[Saved data entries]

____

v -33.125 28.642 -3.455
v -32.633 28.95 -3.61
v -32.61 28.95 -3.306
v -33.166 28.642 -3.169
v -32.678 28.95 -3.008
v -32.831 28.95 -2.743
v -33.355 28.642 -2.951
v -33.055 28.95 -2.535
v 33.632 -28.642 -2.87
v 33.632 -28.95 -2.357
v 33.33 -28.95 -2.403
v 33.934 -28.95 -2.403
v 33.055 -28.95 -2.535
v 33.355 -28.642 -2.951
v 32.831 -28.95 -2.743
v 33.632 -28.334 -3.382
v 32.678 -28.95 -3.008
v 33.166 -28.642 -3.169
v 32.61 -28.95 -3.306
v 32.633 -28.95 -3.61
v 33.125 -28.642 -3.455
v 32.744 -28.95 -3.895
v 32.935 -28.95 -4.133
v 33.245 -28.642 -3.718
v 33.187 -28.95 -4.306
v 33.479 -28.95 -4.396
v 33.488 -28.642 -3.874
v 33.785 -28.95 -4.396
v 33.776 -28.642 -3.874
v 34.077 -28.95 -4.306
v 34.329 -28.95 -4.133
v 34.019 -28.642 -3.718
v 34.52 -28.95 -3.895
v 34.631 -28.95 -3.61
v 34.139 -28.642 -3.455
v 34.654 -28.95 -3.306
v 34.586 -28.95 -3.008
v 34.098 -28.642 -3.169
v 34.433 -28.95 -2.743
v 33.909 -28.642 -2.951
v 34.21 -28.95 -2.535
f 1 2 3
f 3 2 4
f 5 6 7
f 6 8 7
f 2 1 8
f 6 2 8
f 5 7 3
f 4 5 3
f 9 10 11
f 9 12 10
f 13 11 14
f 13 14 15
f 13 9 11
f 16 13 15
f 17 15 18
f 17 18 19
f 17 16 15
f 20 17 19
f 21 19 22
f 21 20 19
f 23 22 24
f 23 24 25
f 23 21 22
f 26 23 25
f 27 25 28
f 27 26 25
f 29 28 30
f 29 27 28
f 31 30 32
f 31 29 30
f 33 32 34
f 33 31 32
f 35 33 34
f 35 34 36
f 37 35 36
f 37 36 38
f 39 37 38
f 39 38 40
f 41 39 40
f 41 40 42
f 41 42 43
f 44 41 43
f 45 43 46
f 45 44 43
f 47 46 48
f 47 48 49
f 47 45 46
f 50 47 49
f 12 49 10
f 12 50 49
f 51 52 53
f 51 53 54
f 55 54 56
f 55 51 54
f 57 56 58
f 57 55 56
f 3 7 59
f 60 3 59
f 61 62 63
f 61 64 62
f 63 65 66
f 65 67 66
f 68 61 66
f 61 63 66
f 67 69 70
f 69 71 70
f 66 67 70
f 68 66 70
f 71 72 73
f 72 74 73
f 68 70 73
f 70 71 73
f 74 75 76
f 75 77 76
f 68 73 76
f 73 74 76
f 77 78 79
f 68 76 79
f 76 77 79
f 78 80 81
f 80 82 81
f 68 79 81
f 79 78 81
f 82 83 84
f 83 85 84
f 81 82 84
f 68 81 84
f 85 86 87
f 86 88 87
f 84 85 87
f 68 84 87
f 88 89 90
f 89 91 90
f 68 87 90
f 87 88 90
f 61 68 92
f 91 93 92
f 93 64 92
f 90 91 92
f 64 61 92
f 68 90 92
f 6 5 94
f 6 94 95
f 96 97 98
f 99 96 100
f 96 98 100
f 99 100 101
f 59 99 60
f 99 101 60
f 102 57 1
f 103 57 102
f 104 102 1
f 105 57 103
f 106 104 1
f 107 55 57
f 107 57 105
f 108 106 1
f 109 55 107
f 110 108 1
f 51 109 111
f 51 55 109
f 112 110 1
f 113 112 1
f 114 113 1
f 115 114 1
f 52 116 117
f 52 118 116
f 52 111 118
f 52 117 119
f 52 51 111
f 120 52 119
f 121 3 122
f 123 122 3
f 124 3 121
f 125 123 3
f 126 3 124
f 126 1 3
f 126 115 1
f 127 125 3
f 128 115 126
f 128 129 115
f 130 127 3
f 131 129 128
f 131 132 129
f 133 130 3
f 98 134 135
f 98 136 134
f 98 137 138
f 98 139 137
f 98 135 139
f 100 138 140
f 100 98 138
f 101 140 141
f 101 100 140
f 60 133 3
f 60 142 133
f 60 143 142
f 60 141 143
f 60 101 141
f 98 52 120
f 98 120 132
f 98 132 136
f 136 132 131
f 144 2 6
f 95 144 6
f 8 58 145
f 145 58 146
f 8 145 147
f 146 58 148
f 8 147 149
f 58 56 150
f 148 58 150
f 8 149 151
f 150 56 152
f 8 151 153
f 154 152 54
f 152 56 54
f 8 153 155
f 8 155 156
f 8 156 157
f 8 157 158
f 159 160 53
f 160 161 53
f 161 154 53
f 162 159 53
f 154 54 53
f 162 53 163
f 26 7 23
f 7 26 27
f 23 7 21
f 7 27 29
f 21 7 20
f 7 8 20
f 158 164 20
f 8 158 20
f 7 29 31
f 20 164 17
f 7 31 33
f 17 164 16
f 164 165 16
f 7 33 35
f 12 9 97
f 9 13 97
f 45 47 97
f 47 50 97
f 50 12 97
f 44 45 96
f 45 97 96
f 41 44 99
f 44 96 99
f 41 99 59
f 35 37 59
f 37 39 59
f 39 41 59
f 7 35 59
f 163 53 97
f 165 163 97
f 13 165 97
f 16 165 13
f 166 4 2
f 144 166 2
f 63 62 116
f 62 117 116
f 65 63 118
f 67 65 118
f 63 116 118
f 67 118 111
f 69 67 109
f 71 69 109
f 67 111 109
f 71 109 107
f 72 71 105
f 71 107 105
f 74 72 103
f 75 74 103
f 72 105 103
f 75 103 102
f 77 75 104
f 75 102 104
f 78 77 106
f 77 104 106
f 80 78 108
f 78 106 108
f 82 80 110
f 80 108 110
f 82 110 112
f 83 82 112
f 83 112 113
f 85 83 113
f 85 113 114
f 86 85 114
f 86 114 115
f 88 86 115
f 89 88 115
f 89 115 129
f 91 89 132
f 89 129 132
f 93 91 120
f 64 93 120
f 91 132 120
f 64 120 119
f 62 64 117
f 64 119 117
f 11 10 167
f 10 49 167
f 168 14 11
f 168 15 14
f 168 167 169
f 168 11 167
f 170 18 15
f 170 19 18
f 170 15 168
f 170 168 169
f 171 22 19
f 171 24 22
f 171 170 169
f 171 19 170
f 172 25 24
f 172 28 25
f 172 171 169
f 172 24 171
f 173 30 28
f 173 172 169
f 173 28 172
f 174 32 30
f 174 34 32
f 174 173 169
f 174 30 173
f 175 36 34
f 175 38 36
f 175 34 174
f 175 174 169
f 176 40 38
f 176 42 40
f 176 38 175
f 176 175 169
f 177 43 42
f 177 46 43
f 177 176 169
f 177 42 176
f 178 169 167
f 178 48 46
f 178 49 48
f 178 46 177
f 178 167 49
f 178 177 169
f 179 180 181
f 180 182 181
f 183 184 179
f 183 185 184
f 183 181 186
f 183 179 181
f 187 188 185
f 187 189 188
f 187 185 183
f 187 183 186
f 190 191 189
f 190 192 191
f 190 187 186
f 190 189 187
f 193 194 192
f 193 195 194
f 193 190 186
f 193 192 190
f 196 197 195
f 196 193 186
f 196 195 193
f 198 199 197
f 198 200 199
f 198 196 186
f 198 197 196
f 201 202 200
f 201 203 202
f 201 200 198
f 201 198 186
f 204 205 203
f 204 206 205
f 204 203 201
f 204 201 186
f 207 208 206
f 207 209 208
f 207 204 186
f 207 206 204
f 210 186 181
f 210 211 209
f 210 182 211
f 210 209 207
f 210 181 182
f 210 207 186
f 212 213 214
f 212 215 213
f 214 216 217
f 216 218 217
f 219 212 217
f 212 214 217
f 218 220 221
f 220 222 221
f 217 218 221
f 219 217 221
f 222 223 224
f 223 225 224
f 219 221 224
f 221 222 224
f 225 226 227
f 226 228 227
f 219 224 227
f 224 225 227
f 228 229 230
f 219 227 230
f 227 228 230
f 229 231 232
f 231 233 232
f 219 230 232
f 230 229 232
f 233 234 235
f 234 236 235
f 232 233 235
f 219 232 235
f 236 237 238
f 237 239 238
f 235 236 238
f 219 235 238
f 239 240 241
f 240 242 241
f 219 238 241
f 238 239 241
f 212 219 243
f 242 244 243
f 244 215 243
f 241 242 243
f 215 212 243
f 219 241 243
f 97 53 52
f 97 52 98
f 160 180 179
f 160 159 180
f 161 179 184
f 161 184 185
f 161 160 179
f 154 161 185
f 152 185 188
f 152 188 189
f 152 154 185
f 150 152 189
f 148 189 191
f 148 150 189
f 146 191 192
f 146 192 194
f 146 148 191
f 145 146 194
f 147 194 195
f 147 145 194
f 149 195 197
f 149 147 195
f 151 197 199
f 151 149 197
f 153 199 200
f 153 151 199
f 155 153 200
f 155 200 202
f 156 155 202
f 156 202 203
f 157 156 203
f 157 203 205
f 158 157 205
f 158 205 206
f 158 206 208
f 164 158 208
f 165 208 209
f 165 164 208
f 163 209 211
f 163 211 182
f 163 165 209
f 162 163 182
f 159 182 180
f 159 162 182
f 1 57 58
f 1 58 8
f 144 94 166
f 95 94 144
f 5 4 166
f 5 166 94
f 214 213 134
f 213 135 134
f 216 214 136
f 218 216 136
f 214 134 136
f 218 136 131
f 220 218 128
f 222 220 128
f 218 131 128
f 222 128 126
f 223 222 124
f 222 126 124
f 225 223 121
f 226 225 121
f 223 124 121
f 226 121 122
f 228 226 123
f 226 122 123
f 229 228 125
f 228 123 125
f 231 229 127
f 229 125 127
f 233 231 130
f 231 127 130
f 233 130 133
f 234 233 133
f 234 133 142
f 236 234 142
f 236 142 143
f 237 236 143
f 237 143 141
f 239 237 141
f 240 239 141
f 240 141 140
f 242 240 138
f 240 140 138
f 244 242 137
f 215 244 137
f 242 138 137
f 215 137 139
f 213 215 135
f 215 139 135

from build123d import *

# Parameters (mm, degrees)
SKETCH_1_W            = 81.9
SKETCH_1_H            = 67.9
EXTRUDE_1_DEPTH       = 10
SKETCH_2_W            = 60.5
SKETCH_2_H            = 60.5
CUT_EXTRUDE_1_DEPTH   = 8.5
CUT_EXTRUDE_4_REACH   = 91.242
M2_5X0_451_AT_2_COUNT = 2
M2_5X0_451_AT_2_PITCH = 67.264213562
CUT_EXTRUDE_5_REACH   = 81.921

____

What the task requires:
Beginning with the top line of the data above, output every line exactly until the one that contains "v 33.245 -28.642 -3.718", and include that one too.

Reply to the task:
v -33.125 28.642 -3.455
v -32.633 28.95 -3.61
v -32.61 28.95 -3.306
v -33.166 28.642 -3.169
v -32.678 28.95 -3.008
v -32.831 28.95 -2.743
v -33.355 28.642 -2.951
v -33.055 28.95 -2.535
v 33.632 -28.642 -2.87
v 33.632 -28.95 -2.357
v 33.33 -28.95 -2.403
v 33.934 -28.95 -2.403
v 33.055 -28.95 -2.535
v 33.355 -28.642 -2.951
v 32.831 -28.95 -2.743
v 33.632 -28.334 -3.382
v 32.678 -28.95 -3.008
v 33.166 -28.642 -3.169
v 32.61 -28.95 -3.306
v 32.633 -28.95 -3.61
v 33.125 -28.642 -3.455
v 32.744 -28.95 -3.895
v 32.935 -28.95 -4.133
v 33.245 -28.642 -3.718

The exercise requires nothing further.